### WORK INSTRUCTIONS
Reproduce the records below exactly, but only between the lines holding "v 2.519 1.385 -42" and "v -5.103 -4.792 -42", inclusive.

### RECORD EXTRACTS
------------------------

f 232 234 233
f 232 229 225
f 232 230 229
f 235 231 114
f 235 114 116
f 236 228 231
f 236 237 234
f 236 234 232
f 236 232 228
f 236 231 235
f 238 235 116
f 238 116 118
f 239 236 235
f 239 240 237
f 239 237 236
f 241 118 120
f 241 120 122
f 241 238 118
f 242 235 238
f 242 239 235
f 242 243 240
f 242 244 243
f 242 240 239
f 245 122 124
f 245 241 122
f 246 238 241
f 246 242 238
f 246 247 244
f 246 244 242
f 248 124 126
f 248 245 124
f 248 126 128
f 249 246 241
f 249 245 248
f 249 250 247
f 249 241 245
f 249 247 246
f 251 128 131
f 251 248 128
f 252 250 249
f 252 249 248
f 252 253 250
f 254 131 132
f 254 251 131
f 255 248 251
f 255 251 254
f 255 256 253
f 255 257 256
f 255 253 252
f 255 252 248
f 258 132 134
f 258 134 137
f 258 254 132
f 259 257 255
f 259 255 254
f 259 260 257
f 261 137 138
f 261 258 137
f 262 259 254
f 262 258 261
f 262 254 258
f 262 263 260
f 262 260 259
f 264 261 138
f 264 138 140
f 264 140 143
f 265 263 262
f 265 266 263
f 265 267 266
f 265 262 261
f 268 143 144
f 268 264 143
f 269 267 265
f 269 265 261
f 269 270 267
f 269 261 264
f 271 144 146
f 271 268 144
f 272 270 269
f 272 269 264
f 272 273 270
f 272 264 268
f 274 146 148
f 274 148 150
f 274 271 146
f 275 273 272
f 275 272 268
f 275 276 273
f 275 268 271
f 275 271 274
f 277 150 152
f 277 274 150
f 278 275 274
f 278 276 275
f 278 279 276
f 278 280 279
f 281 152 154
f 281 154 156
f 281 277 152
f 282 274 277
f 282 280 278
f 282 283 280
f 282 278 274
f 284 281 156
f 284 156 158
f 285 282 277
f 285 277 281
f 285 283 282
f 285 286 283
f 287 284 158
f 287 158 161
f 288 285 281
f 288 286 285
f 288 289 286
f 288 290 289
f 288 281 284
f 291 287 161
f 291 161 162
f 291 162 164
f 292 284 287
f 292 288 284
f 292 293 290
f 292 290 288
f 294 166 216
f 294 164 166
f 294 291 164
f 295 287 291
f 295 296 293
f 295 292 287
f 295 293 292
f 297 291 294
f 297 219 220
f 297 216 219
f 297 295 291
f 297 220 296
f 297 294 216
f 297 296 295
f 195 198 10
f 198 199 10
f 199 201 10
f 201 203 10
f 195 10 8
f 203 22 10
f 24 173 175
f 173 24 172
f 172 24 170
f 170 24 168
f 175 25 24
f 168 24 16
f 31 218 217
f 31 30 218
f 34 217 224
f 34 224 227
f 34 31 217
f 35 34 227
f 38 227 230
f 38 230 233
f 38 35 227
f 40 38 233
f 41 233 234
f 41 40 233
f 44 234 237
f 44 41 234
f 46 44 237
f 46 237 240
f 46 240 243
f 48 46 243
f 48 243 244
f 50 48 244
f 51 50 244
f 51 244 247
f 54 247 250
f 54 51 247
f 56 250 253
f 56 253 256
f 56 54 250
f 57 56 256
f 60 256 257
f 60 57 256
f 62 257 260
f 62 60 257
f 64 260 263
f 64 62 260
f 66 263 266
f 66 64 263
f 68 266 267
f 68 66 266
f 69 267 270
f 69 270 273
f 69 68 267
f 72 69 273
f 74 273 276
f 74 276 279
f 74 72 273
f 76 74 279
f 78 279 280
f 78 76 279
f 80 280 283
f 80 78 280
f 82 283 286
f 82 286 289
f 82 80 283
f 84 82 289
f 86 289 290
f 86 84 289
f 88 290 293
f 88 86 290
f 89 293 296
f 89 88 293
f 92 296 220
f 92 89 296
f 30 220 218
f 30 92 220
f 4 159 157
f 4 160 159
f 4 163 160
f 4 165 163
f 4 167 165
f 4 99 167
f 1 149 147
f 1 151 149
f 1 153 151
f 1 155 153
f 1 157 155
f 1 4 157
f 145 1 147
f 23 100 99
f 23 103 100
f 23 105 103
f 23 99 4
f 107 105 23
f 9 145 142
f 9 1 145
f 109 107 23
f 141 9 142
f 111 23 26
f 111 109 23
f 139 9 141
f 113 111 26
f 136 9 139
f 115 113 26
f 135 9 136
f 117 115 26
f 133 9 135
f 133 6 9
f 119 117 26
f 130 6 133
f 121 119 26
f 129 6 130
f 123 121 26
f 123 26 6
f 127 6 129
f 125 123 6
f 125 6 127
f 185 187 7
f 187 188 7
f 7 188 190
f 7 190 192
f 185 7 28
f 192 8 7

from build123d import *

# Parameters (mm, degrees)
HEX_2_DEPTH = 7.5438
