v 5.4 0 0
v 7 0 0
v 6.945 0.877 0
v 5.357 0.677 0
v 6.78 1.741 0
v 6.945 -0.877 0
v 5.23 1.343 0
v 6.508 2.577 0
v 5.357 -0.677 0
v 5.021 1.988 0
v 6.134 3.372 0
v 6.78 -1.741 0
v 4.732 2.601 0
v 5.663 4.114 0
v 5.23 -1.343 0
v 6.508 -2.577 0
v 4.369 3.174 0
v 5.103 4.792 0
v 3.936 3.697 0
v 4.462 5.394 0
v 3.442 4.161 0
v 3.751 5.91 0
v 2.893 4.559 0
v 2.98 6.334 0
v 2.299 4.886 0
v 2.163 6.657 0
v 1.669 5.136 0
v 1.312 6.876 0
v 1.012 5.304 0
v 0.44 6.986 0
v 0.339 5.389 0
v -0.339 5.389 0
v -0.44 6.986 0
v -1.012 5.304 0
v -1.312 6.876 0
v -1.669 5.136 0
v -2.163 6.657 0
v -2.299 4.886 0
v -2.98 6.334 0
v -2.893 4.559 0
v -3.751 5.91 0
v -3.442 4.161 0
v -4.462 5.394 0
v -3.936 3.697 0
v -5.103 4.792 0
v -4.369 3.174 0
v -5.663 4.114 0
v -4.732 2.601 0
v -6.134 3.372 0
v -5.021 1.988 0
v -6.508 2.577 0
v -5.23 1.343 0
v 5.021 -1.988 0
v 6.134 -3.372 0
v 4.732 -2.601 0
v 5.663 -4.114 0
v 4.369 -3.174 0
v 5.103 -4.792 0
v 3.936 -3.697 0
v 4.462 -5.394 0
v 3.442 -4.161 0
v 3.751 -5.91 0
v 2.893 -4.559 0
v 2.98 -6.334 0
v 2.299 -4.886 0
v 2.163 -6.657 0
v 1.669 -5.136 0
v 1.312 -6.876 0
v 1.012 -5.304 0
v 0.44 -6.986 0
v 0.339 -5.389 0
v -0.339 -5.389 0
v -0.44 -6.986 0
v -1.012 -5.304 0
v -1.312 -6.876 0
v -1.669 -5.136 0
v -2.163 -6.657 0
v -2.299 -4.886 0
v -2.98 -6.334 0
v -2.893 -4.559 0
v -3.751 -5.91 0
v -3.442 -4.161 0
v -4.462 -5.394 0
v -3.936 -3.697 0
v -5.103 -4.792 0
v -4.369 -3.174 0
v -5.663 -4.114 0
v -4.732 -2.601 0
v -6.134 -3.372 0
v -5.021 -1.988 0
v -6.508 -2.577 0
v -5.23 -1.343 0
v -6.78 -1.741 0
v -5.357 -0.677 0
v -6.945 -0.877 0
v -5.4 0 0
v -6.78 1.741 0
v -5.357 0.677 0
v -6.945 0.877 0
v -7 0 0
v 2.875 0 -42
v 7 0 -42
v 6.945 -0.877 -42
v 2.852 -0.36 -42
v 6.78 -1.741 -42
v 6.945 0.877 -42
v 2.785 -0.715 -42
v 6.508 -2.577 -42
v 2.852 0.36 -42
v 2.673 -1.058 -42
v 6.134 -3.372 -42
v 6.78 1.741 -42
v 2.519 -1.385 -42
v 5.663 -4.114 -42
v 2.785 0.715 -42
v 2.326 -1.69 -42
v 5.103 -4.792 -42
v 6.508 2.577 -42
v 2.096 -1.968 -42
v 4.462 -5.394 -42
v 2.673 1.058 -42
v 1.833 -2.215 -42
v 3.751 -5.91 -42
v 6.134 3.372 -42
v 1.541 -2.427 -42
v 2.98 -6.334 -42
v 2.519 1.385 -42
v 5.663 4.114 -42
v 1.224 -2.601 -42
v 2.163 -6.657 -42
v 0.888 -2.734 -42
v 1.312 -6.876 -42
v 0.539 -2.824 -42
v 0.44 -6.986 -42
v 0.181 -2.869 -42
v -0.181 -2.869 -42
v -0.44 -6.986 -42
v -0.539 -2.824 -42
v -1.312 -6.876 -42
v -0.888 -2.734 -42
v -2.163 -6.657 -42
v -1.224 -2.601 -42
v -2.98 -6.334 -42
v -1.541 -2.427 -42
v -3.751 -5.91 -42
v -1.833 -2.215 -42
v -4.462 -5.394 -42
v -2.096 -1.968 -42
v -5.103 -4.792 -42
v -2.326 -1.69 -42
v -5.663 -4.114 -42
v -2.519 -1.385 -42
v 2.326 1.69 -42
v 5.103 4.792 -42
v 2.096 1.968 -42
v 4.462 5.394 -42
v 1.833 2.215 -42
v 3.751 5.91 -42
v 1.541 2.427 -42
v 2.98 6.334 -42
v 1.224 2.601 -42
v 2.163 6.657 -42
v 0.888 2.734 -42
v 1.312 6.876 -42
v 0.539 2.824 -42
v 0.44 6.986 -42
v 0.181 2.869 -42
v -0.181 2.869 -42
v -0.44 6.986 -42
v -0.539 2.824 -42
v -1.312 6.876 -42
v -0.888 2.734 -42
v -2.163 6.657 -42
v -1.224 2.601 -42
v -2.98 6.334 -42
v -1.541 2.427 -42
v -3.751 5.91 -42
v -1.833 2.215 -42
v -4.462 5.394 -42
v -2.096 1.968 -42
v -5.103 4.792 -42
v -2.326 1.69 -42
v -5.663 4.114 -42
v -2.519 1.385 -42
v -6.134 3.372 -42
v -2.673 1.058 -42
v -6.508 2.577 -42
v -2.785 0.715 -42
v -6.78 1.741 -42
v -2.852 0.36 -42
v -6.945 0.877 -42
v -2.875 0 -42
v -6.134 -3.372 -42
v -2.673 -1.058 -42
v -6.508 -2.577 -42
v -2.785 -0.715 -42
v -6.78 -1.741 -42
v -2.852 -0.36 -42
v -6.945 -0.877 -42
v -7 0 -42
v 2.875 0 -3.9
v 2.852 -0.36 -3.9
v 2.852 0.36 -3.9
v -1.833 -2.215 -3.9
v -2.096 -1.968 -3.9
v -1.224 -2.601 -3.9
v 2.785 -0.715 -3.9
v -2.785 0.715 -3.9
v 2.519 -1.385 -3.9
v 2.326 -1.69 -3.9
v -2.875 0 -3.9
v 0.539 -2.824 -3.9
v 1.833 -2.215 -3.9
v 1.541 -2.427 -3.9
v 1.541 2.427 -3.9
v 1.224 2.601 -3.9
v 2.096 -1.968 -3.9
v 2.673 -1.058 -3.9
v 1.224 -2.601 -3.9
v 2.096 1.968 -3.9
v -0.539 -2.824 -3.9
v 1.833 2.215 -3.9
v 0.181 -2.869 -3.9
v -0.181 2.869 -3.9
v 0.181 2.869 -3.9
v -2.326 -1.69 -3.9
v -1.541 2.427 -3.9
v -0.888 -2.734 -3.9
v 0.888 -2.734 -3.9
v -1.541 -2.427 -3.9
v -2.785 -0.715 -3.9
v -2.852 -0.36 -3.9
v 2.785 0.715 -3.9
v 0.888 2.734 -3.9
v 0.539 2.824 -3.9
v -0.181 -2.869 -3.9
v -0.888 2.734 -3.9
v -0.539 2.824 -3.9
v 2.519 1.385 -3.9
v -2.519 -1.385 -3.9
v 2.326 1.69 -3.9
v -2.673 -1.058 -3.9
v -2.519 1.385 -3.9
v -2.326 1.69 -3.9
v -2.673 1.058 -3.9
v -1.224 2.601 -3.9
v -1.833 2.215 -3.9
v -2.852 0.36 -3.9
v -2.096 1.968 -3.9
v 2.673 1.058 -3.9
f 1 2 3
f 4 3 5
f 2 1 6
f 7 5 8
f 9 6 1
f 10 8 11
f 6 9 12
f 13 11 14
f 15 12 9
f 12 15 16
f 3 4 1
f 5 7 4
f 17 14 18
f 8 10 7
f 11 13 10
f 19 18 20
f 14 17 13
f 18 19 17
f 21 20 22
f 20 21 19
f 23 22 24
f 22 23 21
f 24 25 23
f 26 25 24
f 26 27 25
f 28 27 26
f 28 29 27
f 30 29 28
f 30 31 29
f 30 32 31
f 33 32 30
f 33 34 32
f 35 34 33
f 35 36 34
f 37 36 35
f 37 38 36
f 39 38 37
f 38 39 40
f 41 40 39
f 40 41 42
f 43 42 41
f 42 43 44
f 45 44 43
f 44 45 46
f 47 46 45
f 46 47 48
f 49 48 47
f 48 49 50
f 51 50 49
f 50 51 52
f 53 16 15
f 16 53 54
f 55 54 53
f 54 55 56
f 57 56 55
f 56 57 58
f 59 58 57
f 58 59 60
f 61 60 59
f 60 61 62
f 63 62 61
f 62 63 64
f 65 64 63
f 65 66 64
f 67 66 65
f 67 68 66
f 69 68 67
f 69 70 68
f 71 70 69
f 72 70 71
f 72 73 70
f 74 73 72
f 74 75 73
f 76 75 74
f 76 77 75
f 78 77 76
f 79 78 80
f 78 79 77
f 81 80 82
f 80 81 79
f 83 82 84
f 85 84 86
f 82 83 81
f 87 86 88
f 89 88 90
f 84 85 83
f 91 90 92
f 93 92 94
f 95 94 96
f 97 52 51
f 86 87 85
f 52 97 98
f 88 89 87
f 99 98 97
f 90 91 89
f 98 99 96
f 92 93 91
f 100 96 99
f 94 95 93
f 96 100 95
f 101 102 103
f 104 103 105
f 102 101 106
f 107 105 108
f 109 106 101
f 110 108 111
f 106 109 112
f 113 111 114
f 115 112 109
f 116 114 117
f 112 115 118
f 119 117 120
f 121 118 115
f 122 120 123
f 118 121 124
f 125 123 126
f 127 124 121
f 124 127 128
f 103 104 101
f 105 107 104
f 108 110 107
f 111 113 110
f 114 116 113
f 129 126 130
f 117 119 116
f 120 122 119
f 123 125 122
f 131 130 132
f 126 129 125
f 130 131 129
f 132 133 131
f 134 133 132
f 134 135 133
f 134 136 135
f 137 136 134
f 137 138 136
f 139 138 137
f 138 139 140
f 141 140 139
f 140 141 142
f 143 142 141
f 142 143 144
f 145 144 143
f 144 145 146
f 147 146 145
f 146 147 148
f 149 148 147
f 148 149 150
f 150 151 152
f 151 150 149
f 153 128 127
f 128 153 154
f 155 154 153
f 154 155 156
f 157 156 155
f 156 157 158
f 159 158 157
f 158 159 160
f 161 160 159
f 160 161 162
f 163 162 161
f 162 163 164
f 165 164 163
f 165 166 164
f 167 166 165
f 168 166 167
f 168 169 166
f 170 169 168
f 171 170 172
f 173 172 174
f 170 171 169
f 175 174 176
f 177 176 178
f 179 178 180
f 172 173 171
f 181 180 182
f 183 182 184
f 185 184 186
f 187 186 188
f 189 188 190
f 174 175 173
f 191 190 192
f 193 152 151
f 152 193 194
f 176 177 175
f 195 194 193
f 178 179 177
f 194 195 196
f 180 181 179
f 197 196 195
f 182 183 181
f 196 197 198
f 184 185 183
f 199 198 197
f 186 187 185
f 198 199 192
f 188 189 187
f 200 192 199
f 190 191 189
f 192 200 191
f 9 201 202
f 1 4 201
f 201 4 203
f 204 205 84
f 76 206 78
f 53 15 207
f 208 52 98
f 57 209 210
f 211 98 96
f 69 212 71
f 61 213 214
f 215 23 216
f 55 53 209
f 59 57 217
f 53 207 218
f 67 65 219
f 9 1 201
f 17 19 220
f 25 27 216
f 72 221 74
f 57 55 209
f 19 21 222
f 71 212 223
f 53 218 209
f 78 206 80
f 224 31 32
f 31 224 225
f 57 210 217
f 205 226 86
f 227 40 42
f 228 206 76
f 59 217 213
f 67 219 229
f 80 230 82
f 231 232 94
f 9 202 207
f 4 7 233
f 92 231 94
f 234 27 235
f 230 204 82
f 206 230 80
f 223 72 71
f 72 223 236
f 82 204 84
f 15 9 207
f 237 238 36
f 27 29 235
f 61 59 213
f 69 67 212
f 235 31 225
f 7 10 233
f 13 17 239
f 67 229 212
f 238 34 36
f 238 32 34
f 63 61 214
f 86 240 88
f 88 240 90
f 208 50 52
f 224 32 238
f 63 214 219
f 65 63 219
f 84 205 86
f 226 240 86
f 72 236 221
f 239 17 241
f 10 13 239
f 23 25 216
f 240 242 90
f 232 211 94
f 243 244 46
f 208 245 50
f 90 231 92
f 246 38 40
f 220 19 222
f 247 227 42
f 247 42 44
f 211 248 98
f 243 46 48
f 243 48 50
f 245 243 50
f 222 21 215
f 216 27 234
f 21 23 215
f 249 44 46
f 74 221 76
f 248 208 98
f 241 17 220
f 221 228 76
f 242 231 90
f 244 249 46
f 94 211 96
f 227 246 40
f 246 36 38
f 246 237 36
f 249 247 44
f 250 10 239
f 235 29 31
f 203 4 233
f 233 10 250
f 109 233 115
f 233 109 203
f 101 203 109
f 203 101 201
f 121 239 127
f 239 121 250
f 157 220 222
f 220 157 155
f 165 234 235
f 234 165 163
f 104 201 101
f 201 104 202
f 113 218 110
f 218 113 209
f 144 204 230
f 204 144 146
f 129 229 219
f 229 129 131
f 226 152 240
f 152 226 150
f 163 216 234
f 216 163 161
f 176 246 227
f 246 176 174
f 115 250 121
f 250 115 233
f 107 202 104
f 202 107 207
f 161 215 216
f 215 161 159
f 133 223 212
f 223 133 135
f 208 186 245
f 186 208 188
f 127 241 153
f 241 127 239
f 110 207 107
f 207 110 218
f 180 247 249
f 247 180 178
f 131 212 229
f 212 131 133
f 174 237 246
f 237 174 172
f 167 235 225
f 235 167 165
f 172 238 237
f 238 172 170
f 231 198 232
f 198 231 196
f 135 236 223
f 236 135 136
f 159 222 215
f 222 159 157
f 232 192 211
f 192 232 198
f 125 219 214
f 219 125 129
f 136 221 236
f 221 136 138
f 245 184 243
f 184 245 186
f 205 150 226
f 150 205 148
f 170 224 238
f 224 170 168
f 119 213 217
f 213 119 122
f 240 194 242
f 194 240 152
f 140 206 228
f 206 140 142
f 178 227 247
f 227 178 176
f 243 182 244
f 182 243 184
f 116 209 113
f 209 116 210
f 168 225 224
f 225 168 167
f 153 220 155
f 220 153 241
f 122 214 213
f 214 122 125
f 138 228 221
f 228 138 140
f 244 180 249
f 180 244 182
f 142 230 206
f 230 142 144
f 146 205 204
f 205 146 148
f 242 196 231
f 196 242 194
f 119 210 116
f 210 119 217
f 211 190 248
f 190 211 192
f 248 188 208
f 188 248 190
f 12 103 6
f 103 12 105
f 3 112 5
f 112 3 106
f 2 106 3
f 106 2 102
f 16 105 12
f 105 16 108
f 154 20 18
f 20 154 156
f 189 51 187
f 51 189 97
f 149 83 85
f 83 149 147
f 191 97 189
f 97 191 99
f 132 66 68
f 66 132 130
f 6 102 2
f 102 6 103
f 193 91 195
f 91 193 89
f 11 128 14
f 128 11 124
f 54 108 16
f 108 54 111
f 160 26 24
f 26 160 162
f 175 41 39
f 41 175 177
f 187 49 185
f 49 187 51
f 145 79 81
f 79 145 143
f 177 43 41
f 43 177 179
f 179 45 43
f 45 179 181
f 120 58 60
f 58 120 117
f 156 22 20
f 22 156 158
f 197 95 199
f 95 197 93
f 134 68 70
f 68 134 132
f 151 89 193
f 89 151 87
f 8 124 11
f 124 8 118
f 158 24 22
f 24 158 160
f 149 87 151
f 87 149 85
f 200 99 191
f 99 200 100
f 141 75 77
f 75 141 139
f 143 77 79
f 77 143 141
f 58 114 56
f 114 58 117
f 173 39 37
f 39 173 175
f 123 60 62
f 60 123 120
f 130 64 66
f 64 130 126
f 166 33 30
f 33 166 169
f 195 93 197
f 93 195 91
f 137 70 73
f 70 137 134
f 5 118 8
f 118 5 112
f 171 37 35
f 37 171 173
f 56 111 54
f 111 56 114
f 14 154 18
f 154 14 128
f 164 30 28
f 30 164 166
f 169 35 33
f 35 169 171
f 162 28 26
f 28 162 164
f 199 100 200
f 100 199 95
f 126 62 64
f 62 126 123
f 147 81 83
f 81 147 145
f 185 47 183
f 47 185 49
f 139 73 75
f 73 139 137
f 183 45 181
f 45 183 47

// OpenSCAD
$fn = 50;


difference() {
	union() {
		translate(v = [0, 0, -42.0000000000]) {
			cylinder(h = 42, r = 7.0000000000);
		}
		cylinder(h = 0, r = 17.0000000000);
	}
	union() {
		translate(v = [0, 0, 0]) {
			rotate(a = [0, 0, 0]) {
				difference() {
					union() {
						#translate(v = [0, 0, -42.0000000000]) {
							cylinder(h = 42, r = 2.6000000000);
						}
						#translate(v = [0, 0, -3.9000000000]) {
							cylinder(h = 3.9000000000, r = 7.0000000000, r1 = 2.8750000000, r2 = 5.4000000000);
						}
						#translate(v = [0, 0, -42.0000000000]) {
							cylinder(h = 42, r = 2.8750000000);
						}
						#translate(v = [0, 0, -42.0000000000]) {
							cylinder(h = 42, r = 2.6000000000);
						}
					}
					union();
				}
			}
		}
	}
}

------------------------

### ANSWER TO THE EXERCISE
v 2.519 1.385 -42
v 5.663 4.114 -42
v 1.224 -2.601 -42
v 2.163 -6.657 -42
v 0.888 -2.734 -42
v 1.312 -6.876 -42
v 0.539 -2.824 -42
v 0.44 -6.986 -42
v 0.181 -2.869 -42
v -0.181 -2.869 -42
v -0.44 -6.986 -42
v -0.539 -2.824 -42
v -1.312 -6.876 -42
v -0.888 -2.734 -42
v -2.163 -6.657 -42
v -1.224 -2.601 -42
v -2.98 -6.334 -42
v -1.541 -2.427 -42
v -3.751 -5.91 -42
v -1.833 -2.215 -42
v -4.462 -5.394 -42
v -2.096 -1.968 -42
v -5.103 -4.792 -42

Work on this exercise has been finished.